→ **Data for processing**
Start of Block
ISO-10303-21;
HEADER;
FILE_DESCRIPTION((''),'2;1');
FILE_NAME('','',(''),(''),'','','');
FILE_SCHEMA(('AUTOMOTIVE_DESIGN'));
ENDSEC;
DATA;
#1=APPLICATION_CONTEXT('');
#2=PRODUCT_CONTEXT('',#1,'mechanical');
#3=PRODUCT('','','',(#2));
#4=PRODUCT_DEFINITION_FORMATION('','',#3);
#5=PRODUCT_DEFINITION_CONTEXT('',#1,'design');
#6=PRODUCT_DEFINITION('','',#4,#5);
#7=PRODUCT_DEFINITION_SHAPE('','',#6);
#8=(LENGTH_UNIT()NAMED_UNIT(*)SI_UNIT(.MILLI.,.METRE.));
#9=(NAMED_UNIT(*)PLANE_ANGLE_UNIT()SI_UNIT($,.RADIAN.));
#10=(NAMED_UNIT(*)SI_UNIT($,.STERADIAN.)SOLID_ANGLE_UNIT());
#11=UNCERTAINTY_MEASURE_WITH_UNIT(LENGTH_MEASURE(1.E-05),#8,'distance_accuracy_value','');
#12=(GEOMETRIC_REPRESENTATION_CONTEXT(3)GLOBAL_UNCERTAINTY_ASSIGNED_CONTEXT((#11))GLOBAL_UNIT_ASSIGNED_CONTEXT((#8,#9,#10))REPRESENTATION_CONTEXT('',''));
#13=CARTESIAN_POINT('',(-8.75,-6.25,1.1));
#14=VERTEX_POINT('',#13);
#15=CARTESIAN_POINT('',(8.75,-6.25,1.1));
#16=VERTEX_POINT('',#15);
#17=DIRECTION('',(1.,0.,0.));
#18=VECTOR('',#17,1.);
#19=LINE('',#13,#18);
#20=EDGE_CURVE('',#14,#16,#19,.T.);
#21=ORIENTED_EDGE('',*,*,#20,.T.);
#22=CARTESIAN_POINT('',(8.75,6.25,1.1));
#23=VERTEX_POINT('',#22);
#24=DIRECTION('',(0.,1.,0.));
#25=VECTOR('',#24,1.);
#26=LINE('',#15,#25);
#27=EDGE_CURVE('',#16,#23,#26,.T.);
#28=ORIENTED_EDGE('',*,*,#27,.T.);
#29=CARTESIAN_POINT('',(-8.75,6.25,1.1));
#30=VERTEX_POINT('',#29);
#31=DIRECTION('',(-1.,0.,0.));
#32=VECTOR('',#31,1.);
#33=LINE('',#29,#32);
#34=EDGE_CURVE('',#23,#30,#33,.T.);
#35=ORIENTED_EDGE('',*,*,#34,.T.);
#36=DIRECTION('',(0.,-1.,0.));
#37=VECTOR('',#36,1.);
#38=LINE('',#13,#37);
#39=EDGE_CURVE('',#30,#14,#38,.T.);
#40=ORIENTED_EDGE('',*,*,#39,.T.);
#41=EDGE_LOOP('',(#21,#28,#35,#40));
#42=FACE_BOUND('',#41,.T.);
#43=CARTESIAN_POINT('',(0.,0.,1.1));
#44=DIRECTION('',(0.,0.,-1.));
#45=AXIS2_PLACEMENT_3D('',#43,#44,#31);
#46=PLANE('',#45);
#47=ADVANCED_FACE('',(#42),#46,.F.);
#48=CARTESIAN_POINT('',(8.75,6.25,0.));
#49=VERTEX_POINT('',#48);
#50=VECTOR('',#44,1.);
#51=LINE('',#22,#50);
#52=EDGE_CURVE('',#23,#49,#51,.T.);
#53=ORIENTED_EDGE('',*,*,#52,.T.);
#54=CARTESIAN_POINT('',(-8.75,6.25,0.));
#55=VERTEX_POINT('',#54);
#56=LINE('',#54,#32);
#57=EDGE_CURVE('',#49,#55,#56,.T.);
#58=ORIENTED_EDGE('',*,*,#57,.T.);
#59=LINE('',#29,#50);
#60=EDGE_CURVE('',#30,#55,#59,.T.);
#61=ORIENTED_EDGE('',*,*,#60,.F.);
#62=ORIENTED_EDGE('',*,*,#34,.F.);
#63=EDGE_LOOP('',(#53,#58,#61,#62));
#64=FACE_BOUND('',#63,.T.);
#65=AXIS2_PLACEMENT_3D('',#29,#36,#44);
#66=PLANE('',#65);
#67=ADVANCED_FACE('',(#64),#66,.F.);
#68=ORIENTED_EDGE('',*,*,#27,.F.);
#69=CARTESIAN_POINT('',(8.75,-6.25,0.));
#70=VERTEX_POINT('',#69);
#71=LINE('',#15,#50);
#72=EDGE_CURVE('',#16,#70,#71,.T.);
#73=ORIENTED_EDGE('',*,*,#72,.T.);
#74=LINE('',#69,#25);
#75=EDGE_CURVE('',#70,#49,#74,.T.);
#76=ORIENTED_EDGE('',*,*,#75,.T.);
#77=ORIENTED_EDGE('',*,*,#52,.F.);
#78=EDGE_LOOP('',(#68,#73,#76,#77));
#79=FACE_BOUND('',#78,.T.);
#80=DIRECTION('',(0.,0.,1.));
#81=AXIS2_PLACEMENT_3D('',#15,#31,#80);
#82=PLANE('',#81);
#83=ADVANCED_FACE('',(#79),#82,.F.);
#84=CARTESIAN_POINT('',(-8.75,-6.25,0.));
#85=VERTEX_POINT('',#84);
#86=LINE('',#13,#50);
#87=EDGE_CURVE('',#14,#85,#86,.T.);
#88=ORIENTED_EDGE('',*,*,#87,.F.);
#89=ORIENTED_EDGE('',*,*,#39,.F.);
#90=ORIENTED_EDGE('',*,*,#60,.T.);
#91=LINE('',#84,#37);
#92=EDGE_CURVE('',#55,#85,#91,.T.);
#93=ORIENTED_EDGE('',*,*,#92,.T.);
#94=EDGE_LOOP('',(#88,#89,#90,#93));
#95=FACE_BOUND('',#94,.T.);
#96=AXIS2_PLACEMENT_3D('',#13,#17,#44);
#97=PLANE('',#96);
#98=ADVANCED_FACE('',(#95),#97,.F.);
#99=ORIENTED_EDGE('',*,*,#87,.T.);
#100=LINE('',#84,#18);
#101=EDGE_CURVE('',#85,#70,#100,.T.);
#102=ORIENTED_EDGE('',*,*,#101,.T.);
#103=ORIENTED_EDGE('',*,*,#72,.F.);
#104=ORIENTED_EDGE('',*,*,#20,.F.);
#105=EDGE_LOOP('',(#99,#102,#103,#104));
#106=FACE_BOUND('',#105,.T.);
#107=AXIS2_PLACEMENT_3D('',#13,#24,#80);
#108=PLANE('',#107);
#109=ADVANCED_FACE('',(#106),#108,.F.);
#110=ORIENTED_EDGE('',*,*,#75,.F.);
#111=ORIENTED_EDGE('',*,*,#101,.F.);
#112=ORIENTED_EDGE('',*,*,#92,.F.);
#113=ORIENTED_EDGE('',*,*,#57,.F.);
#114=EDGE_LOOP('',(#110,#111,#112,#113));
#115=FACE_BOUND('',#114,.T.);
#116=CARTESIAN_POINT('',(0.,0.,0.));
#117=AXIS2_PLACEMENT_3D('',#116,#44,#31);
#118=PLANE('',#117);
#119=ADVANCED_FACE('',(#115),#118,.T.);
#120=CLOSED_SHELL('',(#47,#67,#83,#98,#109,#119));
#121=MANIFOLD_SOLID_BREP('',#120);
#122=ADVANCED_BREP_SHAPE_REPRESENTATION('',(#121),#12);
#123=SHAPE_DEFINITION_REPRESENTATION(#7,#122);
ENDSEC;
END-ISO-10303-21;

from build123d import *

# Parameters (mm, degrees)
SKETCH_1_W      = 17.5
SKETCH_1_H      = 12.5
EXTRUDE_1_DEPTH = 1.1


with BuildPart() as part:
    # 草图1 → 凸台-拉伸1 (new body)
    with BuildSketch(Plane.XY):
        Rectangle(SKETCH_1_W, SKETCH_1_H)
    extrude(amount=EXTRUDE_1_DEPTH)


solid = part.part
End of Block
→ **Work task**
Your task is to repeat the records exactly. Begin at their first line and stop after the line containing "#18=VECTOR('',#17,1.);".

→ **Response**
ISO-10303-21;
HEADER;
FILE_DESCRIPTION((''),'2;1');
FILE_NAME('','',(''),(''),'','','');
FILE_SCHEMA(('AUTOMOTIVE_DESIGN'));
ENDSEC;
DATA;
#1=APPLICATION_CONTEXT('');
#2=PRODUCT_CONTEXT('',#1,'mechanical');
#3=PRODUCT('','','',(#2));
#4=PRODUCT_DEFINITION_FORMATION('','',#3);
#5=PRODUCT_DEFINITION_CONTEXT('',#1,'design');
#6=PRODUCT_DEFINITION('','',#4,#5);
#7=PRODUCT_DEFINITION_SHAPE('','',#6);
#8=(LENGTH_UNIT()NAMED_UNIT(*)SI_UNIT(.MILLI.,.METRE.));
#9=(NAMED_UNIT(*)PLANE_ANGLE_UNIT()SI_UNIT($,.RADIAN.));
#10=(NAMED_UNIT(*)SI_UNIT($,.STERADIAN.)SOLID_ANGLE_UNIT());
#11=UNCERTAINTY_MEASURE_WITH_UNIT(LENGTH_MEASURE(1.E-05),#8,'distance_accuracy_value','');
#12=(GEOMETRIC_REPRESENTATION_CONTEXT(3)GLOBAL_UNCERTAINTY_ASSIGNED_CONTEXT((#11))GLOBAL_UNIT_ASSIGNED_CONTEXT((#8,#9,#10))REPRESENTATION_CONTEXT('',''));
#13=CARTESIAN_POINT('',(-8.75,-6.25,1.1));
#14=VERTEX_POINT('',#13);
#15=CARTESIAN_POINT('',(8.75,-6.25,1.1));
#16=VERTEX_POINT('',#15);
#17=DIRECTION('',(1.,0.,0.));
#18=VECTOR('',#17,1.);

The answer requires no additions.